Municipal short-end rally grinds on
By Lynne Funk, Christine Albano, Chip Barnett – The Bond Buyer
May 19, 2020
The municipal market continued its short-end rally Tuesday with yields falling by as much as seven basis points, amid a well-functioning new-issue market that saw deals re-priced to lower yields.
Amid an otherwise quiet tone that was characterized by some firmness and strong demand for a large Connecticut pricing and a steepening yield curve, there was support for the front end of the municipal market, according to traders.
The front of the municipal yield curve is “astounding” and traders said dealers are uncharacteristically accepting the levels, likely due to the historically attractive ratios, he noted.
Others acknowledged the positive tone and demand in the secondary market.
John Mousseau, president and director of fixed income at Cumberland Advisors said he is seeing strong secondary demand even amid the credit pandemic-impacted market.

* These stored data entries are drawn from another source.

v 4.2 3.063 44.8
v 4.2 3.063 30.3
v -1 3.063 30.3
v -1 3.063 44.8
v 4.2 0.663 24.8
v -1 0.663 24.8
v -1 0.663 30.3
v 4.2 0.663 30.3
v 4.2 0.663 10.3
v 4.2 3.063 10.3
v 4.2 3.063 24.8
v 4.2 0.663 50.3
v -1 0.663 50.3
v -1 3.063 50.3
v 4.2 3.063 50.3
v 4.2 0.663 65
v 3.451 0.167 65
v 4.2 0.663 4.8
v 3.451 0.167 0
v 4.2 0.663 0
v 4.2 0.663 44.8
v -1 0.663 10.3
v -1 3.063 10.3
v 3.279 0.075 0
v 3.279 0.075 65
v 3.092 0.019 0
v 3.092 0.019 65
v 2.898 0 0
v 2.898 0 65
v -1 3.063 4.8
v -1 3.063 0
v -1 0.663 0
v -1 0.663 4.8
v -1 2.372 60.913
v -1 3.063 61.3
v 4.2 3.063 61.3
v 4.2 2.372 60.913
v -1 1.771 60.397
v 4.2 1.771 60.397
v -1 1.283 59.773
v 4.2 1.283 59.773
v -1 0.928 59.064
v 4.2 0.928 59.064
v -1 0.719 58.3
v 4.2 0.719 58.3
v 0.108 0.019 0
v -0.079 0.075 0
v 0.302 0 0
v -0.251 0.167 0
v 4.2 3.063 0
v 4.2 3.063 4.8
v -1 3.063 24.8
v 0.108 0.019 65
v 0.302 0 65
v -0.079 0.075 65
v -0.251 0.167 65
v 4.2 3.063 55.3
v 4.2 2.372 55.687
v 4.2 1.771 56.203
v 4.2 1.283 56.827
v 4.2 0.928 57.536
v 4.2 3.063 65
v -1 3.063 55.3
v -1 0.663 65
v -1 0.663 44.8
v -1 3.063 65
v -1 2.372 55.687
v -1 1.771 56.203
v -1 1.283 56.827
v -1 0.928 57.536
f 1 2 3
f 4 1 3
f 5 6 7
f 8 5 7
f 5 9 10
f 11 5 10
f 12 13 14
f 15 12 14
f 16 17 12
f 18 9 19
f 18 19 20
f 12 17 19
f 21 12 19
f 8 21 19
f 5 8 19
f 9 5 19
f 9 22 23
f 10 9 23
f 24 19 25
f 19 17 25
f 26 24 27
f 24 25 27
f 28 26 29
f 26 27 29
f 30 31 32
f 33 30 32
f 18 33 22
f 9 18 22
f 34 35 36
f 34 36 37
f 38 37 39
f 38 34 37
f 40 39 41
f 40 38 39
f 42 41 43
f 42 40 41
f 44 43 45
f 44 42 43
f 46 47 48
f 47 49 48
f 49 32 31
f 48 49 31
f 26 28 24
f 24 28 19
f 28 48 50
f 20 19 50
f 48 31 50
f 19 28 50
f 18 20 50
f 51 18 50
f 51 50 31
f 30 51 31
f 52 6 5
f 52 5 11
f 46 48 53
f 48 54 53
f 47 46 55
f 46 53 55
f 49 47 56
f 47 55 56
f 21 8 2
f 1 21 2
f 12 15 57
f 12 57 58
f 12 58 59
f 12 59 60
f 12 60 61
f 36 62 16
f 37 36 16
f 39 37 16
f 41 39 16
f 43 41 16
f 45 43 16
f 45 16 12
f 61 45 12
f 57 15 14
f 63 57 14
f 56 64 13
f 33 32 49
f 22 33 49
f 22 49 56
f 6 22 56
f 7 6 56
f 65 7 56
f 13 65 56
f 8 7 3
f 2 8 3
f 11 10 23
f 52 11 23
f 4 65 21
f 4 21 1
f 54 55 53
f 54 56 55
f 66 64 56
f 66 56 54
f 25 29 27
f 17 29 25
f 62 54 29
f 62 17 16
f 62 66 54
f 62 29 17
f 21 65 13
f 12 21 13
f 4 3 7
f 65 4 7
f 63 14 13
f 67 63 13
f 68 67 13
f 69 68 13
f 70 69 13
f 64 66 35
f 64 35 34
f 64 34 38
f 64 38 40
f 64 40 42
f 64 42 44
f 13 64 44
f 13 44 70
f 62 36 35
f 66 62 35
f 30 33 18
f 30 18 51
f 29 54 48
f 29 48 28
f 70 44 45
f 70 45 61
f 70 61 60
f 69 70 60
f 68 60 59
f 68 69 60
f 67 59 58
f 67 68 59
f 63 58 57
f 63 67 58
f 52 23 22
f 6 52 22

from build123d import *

# Parameters (mm, degrees)
BOSS_EXTRUDE1_DEPTH = 65
SKETCH2_W           = 5.5
SKETCH2_H           = 2.4
CUT_EXTRUDE1_DEPTH  = 6
LPATTERN1_COUNT     = 3
LPATTERN1_PITCH     = 20
SKETCH3_W           = 6
SKETCH3_H           = 2.4
CUT_EXTRUDE2_DEPTH  = 6
FILLET1_R           = 4
FILLET2_R           = 4
FILLET3_R           = 1
FILLET4_R           = 1


with BuildPart() as part:
    # Sketch1 → Boss-Extrude1 (new body)
    with BuildSketch(Plane.XY):
        Polygon((0, 0), (3.2, 0), (4.2, 0.663324958), (4.2, 3.063324958), (-1, 3.063324958), (-1, 0.663324958), align=None)
    extrude(amount=BOSS_EXTRUDE1_DEPTH)

    # Sketch2 → Cut-Extrude1 (cut)
    with BuildSketch(Plane.ZY.offset(1)):
        with Locations((7.55, 1.863324958)):
            Rectangle(SKETCH2_W, SKETCH2_H)
    cut_extrude1 = extrude(amount=-CUT_EXTRUDE1_DEPTH, mode=Mode.SUBTRACT)

    # LPattern1: Cut-Extrude1 ×3
    with Locations(*[(0, 0, i * LPATTERN1_PITCH) for i in range(1, LPATTERN1_COUNT)]):
        add(cut_extrude1, mode=Mode.SUBTRACT)

    # Sketch3 → Cut-Extrude2 (cut)
    with BuildSketch(Plane.ZY.offset(1)):
        with Locations((58.3, 1.863324958)):
            Rectangle(SKETCH3_W, SKETCH3_H)
    extrude(amount=-CUT_EXTRUDE2_DEPTH, mode=Mode.SUBTRACT)

    # Fillet1
    # the kernel refuses this fillet: 4 mm, written as the material it adds along each edge
    with BuildSketch(Plane(origin=(-1, 0.663324958, 55.3), x_dir=(0, 0, 1), z_dir=(1, 0, 0))) as fillet1_piece_1_section:
        with BuildLine():
            CenterArc((3.666060556, -4), FILLET1_R, 90, 66.421821522)
            Line((0, -2.4), (-0.073321211, -2.368))
            ThreePointArc((-0.073321211, -2.368), (-0.08, -1.2), (-0.08, 0))
            Line((-0.08, 0), (0, 0.08))
            Line((0, 0.08), (3.666060556, 0.08))
            Line((3.666060556, 0.08), (3.666060556, 0))
        make_face()
    fillet1_piece_1 = extrude(amount=5.2, mode=Mode.PRIVATE)
    fillet1_piece_1 = split(fillet1_piece_1, bisect_by=Plane(origin=(0.518931728, -0.344220367, 56.190586237), z_dir=(0.5527707983925672, 0.833333333333333, 0)), keep=Keep.TOP, mode=Mode.PRIVATE)
    fillet1_piece_1 = split(fillet1_piece_1, bisect_by=Plane(origin=(2.681068272, -0.344220367, 56.190586237), z_dir=(-0.5527707983925666, 0.8333333333333335, 0)), keep=Keep.TOP, mode=Mode.PRIVATE)
    add(fillet1_piece_1)

    # Fillet2
    # the kernel refuses this fillet: 4 mm, written as the material it adds along each edge
    with BuildSketch(Plane(origin=(-1, 0.663324958, 61.3), x_dir=(0, 1, 0), z_dir=(1, 0, 0))) as fillet2_piece_1_section:
        with BuildLine():
            CenterArc((4, -3.666060556), FILLET2_R, 113.578178478, 66.421821522)
            Line((0, -3.666060556), (-0.08, -3.666060556))
            Line((-0.08, -3.666060556), (-0.08, 0))
            Line((-0.08, 0), (0, 0.08))
            ThreePointArc((0, 0.08), (1.2, 0.08), (2.368, 0.073321211))
            Line((2.368, 0.073321211), (2.4, 0))
        make_face()
    fillet2_piece_1 = extrude(amount=5.2, mode=Mode.PRIVATE)
    fillet2_piece_1 = split(fillet2_piece_1, bisect_by=Plane(origin=(2.681068272, -0.344220367, 60.409413763), z_dir=(-0.5527707983925666, 0.8333333333333335, 0)), keep=Keep.TOP, mode=Mode.PRIVATE)
    fillet2_piece_1 = split(fillet2_piece_1, bisect_by=Plane(origin=(0.518931728, -0.344220367, 60.409413763), z_dir=(0.5527707983925672, 0.833333333333333, 0)), keep=Keep.TOP, mode=Mode.PRIVATE)
    add(fillet2_piece_1)

    # Fillet3
    fillet3_edges = [part.edges().sort_by_distance(p)[0] for p in [
        (3.2, 0, 32.5),
    ]]
    fillet(fillet3_edges, radius=FILLET3_R)

    # Fillet4
    fillet4_edges = [part.edges().sort_by_distance(p)[0] for p in [
        (0, 0, 32.5),
    ]]
    fillet(fillet4_edges, radius=FILLET4_R)


solid = part.part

“The follow through that the markets have seen on MTA from two weeks ago and Illinois from last week is testimony to the access to the capital markets that exists even for troubled credits,” Mousseau said Tuesday.
The Northeast trader said demand is decent in the secondary, but with some muted activity.
He cited a block of Illinois general obligation bonds, which priced in the primary market last week, whose yields firmed by 40 to 50 basis points from where the original pricing. A Chicago trader said Illinois paper saw some flow and it wasn’t “too shabby.”